> **What the task requires**
Repeat each entry verbatim.
(Beginning of Given records)
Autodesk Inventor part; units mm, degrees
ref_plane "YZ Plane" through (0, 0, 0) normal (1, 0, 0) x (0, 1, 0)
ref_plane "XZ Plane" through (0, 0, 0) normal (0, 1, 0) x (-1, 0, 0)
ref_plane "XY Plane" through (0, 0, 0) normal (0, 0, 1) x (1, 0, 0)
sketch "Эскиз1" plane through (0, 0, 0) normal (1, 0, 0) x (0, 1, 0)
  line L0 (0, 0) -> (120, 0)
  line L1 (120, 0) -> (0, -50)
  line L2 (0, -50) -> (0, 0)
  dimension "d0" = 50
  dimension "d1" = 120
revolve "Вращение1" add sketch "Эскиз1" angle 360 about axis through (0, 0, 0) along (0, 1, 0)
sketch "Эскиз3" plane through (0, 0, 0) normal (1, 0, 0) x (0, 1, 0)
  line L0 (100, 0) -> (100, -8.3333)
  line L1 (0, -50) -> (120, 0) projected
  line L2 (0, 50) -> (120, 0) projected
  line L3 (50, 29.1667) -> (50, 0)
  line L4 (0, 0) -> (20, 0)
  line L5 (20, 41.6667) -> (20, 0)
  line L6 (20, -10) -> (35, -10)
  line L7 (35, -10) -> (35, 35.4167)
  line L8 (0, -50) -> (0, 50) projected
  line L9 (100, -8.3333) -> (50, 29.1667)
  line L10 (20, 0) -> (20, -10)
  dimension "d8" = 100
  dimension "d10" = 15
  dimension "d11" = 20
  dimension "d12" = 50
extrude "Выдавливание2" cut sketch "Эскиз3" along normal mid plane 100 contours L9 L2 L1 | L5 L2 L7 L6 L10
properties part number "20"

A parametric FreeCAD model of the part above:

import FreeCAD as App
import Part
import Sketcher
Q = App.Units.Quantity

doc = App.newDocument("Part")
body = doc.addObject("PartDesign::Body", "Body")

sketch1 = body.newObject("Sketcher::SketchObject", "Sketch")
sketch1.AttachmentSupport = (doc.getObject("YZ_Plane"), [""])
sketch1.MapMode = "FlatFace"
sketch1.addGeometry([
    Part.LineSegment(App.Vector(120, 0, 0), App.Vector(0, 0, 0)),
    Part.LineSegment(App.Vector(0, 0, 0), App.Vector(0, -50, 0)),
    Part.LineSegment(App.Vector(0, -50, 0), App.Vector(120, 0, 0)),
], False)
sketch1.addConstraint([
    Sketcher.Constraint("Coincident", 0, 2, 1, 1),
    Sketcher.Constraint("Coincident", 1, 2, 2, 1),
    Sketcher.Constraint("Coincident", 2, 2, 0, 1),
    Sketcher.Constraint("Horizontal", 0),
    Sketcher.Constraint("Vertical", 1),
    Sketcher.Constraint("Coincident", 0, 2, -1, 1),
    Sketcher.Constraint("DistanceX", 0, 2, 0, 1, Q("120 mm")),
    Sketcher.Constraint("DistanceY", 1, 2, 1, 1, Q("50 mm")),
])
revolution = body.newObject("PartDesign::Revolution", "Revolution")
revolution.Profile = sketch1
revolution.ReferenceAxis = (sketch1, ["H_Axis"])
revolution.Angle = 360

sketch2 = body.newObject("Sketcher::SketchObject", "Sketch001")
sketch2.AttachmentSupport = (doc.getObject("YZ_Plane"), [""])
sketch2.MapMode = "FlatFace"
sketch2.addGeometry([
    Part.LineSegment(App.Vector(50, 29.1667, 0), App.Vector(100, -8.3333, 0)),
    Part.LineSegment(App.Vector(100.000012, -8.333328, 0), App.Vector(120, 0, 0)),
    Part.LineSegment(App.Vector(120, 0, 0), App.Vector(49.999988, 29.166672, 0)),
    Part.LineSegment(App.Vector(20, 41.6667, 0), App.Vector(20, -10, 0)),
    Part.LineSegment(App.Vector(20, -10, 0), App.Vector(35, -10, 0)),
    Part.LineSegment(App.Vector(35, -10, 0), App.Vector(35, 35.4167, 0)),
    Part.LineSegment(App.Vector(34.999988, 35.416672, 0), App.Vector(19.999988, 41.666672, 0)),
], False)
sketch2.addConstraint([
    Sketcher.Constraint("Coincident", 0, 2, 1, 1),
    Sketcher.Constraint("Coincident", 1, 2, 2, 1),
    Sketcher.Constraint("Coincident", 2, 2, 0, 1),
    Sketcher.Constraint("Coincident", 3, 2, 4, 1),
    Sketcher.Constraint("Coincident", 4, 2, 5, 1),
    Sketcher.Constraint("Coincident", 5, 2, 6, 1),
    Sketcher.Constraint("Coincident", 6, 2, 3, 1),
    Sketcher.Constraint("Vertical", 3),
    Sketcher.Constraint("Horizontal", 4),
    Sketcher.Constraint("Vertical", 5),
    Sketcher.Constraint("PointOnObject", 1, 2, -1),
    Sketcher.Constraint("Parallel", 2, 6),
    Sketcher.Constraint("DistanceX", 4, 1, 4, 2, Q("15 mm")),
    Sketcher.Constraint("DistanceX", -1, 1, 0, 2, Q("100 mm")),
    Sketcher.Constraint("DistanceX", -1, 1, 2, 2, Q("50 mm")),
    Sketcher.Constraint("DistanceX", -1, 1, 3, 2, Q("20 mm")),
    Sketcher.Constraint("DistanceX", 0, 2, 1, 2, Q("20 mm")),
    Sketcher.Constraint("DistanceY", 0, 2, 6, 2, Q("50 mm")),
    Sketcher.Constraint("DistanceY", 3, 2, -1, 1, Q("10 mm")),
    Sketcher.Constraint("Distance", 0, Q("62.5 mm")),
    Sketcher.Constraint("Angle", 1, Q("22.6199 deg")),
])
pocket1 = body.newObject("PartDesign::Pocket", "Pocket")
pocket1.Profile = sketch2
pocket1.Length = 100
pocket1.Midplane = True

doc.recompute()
(End of Given records)
> **Task response**
Autodesk Inventor part; units mm, degrees
ref_plane "YZ Plane" through (0, 0, 0) normal (1, 0, 0) x (0, 1, 0)
ref_plane "XZ Plane" through (0, 0, 0) normal (0, 1, 0) x (-1, 0, 0)
ref_plane "XY Plane" through (0, 0, 0) normal (0, 0, 1) x (1, 0, 0)
sketch "Эскиз1" plane through (0, 0, 0) normal (1, 0, 0) x (0, 1, 0)
  line L0 (0, 0) -> (120, 0)
  line L1 (120, 0) -> (0, -50)
  line L2 (0, -50) -> (0, 0)
  dimension "d0" = 50
  dimension "d1" = 120
revolve "Вращение1" add sketch "Эскиз1" angle 360 about axis through (0, 0, 0) along (0, 1, 0)
sketch "Эскиз3" plane through (0, 0, 0) normal (1, 0, 0) x (0, 1, 0)
  line L0 (100, 0) -> (100, -8.3333)
  line L1 (0, -50) -> (120, 0) projected
  line L2 (0, 50) -> (120, 0) projected
  line L3 (50, 29.1667) -> (50, 0)
  line L4 (0, 0) -> (20, 0)
  line L5 (20, 41.6667) -> (20, 0)
  line L6 (20, -10) -> (35, -10)
  line L7 (35, -10) -> (35, 35.4167)
  line L8 (0, -50) -> (0, 50) projected
  line L9 (100, -8.3333) -> (50, 29.1667)
  line L10 (20, 0) -> (20, -10)
  dimension "d8" = 100
  dimension "d10" = 15
  dimension "d11" = 20
  dimension "d12" = 50
extrude "Выдавливание2" cut sketch "Эскиз3" along normal mid plane 100 contours L9 L2 L1 | L5 L2 L7 L6 L10
properties part number "20"

A parametric FreeCAD model of the part above:

import FreeCAD as App
import Part
import Sketcher
Q = App.Units.Quantity

doc = App.newDocument("Part")
body = doc.addObject("PartDesign::Body", "Body")

sketch1 = body.newObject("Sketcher::SketchObject", "Sketch")
sketch1.AttachmentSupport = (doc.getObject("YZ_Plane"), [""])
sketch1.MapMode = "FlatFace"
sketch1.addGeometry([
    Part.LineSegment(App.Vector(120, 0, 0), App.Vector(0, 0, 0)),
    Part.LineSegment(App.Vector(0, 0, 0), App.Vector(0, -50, 0)),
    Part.LineSegment(App.Vector(0, -50, 0), App.Vector(120, 0, 0)),
], False)
sketch1.addConstraint([
    Sketcher.Constraint("Coincident", 0, 2, 1, 1),
    Sketcher.Constraint("Coincident", 1, 2, 2, 1),
    Sketcher.Constraint("Coincident", 2, 2, 0, 1),
    Sketcher.Constraint("Horizontal", 0),
    Sketcher.Constraint("Vertical", 1),
    Sketcher.Constraint("Coincident", 0, 2, -1, 1),
    Sketcher.Constraint("DistanceX", 0, 2, 0, 1, Q("120 mm")),
    Sketcher.Constraint("DistanceY", 1, 2, 1, 1, Q("50 mm")),
])
revolution = body.newObject("PartDesign::Revolution", "Revolution")
revolution.Profile = sketch1
revolution.ReferenceAxis = (sketch1, ["H_Axis"])
revolution.Angle = 360

sketch2 = body.newObject("Sketcher::SketchObject", "Sketch001")
sketch2.AttachmentSupport = (doc.getObject("YZ_Plane"), [""])
sketch2.MapMode = "FlatFace"
sketch2.addGeometry([
    Part.LineSegment(App.Vector(50, 29.1667, 0), App.Vector(100, -8.3333, 0)),
    Part.LineSegment(App.Vector(100.000012, -8.333328, 0), App.Vector(120, 0, 0)),
    Part.LineSegment(App.Vector(120, 0, 0), App.Vector(49.999988, 29.166672, 0)),
    Part.LineSegment(App.Vector(20, 41.6667, 0), App.Vector(20, -10, 0)),
    Part.LineSegment(App.Vector(20, -10, 0), App.Vector(35, -10, 0)),
    Part.LineSegment(App.Vector(35, -10, 0), App.Vector(35, 35.4167, 0)),
    Part.LineSegment(App.Vector(34.999988, 35.416672, 0), App.Vector(19.999988, 41.666672, 0)),
], False)
sketch2.addConstraint([
    Sketcher.Constraint("Coincident", 0, 2, 1, 1),
    Sketcher.Constraint("Coincident", 1, 2, 2, 1),
    Sketcher.Constraint("Coincident", 2, 2, 0, 1),
    Sketcher.Constraint("Coincident", 3, 2, 4, 1),
    Sketcher.Constraint("Coincident", 4, 2, 5, 1),
    Sketcher.Constraint("Coincident", 5, 2, 6, 1),
    Sketcher.Constraint("Coincident", 6, 2, 3, 1),
    Sketcher.Constraint("Vertical", 3),
    Sketcher.Constraint("Horizontal", 4),
    Sketcher.Constraint("Vertical", 5),
    Sketcher.Constraint("PointOnObject", 1, 2, -1),
    Sketcher.Constraint("Parallel", 2, 6),
    Sketcher.Constraint("DistanceX", 4, 1, 4, 2, Q("15 mm")),
    Sketcher.Constraint("DistanceX", -1, 1, 0, 2, Q("100 mm")),
    Sketcher.Constraint("DistanceX", -1, 1, 2, 2, Q("50 mm")),
    Sketcher.Constraint("DistanceX", -1, 1, 3, 2, Q("20 mm")),
    Sketcher.Constraint("DistanceX", 0, 2, 1, 2, Q("20 mm")),
    Sketcher.Constraint("DistanceY", 0, 2, 6, 2, Q("50 mm")),
    Sketcher.Constraint("DistanceY", 3, 2, -1, 1, Q("10 mm")),
    Sketcher.Constraint("Distance", 0, Q("62.5 mm")),
    Sketcher.Constraint("Angle", 1, Q("22.6199 deg")),
])
pocket1 = body.newObject("PartDesign::Pocket", "Pocket")
pocket1.Profile = sketch2
pocket1.Length = 100
pocket1.Midplane = True

doc.recompute()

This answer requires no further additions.